Residential neighborhoods report increased destruction
Like Mickelsen, Hathway Avenue resident Samantha Avalos spent most of Saturday morning playing “home defense,” and like Mickelsen, she and her roommates could not hold back the flood of people who crashed through her house.
“We were in front barricading, and I honestly don’t really know what happened, but it looks like somebody took a knife and tried to pick the lock,” Avalos said. “It looks like it was all scrambled, so for the last few days we’ve been climbing in and out of the window because the door wouldn’t open.”
She estimated more than 100 people at a time used her home’s roof as a dance floor at one point, after people discovered they could reach the roof by climbing the fences bordering the property.
Gutters, shingles and power connectors were all seriously damaged by the crush of people, while the house’s Internet connection has been knocked out ever since one person climbed on — and subsequently snapped — a cable running from the roof to a street pole, Avalos said.
Avalos said she and her roommates were lucky to not receive the same $1,700 fines many other homes along Hathway Avenue got from police.

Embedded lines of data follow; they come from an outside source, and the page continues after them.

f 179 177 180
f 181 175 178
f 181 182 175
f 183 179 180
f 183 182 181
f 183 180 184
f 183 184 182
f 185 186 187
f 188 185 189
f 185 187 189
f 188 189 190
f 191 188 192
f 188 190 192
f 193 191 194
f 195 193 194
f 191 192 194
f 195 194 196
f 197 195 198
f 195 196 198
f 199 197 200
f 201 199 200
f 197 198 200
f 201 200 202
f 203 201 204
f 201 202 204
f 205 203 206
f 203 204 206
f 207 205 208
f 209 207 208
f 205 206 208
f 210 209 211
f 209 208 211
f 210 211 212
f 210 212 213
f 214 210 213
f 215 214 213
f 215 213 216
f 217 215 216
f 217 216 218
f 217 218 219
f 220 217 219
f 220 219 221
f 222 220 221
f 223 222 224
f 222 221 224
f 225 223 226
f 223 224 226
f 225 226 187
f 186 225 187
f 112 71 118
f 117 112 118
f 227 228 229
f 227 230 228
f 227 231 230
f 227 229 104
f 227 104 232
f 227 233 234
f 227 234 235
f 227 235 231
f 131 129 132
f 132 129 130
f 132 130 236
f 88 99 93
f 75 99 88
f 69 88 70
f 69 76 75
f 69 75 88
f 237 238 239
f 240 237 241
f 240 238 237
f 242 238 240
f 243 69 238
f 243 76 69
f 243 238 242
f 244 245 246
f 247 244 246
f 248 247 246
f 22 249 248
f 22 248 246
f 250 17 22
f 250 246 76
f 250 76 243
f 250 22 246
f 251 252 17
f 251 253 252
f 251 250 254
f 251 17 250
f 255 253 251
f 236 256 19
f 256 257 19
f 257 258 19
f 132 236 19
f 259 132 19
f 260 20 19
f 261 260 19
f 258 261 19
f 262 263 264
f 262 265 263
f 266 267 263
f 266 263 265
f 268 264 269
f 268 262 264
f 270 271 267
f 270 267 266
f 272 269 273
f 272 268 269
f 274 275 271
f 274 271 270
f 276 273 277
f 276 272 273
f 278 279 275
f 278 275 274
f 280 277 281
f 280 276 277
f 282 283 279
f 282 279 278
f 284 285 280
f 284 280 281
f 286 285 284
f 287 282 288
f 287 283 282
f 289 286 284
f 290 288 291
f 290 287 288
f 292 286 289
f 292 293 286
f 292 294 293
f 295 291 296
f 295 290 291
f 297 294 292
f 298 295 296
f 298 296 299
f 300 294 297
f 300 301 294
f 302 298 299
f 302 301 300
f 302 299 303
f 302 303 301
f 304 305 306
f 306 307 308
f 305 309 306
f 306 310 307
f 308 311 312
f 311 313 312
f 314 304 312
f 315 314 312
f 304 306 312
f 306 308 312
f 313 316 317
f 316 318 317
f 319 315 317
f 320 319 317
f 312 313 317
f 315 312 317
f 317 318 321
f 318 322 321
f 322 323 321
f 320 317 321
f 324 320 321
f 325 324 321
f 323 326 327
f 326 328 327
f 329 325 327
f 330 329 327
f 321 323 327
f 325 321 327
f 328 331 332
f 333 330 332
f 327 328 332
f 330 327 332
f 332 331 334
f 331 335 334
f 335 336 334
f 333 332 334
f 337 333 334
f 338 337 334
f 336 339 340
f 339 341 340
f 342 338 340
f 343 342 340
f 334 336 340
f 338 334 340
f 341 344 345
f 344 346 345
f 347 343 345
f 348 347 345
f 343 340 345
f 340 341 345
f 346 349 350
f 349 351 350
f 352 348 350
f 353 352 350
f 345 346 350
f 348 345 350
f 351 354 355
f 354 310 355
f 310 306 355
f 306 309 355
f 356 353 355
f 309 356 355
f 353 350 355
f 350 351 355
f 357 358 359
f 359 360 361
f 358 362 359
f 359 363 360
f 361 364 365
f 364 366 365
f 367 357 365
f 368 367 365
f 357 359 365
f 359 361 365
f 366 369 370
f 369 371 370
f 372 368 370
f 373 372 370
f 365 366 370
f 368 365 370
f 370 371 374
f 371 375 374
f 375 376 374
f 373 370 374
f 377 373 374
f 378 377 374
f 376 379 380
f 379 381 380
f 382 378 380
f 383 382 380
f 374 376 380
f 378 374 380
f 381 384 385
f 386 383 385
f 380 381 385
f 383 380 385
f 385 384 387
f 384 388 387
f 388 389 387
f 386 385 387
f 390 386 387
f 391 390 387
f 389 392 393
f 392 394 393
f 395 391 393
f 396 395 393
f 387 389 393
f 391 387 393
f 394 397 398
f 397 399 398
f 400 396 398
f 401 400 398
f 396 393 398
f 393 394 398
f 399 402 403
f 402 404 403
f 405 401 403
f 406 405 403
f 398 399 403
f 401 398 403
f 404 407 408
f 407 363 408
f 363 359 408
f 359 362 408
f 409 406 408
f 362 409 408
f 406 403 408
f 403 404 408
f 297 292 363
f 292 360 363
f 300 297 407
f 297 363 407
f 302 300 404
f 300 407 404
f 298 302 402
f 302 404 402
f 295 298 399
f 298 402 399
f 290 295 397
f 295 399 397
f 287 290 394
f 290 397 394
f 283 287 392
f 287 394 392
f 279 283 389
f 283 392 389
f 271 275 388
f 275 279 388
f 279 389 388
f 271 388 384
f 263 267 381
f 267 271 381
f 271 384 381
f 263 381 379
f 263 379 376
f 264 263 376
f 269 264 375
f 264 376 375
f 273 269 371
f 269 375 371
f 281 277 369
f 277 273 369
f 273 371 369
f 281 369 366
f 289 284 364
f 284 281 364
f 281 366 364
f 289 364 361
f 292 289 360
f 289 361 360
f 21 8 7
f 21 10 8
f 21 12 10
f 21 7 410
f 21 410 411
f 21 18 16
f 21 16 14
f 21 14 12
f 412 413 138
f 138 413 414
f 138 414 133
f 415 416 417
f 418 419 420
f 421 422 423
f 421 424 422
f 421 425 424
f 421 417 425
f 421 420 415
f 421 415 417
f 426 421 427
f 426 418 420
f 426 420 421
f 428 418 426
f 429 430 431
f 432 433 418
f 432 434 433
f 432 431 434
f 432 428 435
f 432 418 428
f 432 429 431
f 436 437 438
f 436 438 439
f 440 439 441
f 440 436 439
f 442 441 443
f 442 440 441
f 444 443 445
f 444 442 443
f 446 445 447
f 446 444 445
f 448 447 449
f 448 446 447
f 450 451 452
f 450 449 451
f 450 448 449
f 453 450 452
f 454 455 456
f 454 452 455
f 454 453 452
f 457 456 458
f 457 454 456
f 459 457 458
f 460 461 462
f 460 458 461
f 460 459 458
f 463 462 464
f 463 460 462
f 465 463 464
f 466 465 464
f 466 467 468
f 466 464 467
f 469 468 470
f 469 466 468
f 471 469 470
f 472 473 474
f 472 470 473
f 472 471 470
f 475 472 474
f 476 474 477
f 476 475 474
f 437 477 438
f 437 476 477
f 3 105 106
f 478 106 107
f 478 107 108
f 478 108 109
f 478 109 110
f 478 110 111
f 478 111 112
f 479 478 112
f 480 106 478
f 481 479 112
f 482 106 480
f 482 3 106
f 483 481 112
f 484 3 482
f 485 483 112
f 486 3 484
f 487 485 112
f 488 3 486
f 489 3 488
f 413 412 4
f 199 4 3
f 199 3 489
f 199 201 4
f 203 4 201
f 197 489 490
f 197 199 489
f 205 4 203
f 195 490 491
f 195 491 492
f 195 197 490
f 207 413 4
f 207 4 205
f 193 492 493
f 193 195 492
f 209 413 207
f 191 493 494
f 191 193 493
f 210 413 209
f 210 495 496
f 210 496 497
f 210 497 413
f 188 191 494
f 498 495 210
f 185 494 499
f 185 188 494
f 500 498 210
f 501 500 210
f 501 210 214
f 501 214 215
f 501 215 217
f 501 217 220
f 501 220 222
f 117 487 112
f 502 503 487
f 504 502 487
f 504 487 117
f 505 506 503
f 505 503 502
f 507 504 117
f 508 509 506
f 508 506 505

According to San Luis Obispo Police Department neighborhood outreach manager Christine Wallace, a full account of attendance, arrests and damage will be included in a media release next week.
Those who witnessed any crimes or violations of policy were asked to report them to the Dean of Students Office during special hours on Saturday and Sunday.
“It was an incredibly busy weekend, and we are grateful that no one was seriously injured, and we had no fatalities,” Wallace said.
Avalos and Mickelsen both said this year’s conditions were far more destructive — but not just from out-of-town party goers.
“I don’t want to put the blame on out-of-towners,” Avalos said. “I think no one wants to admit that, like, it was their own people that did this.”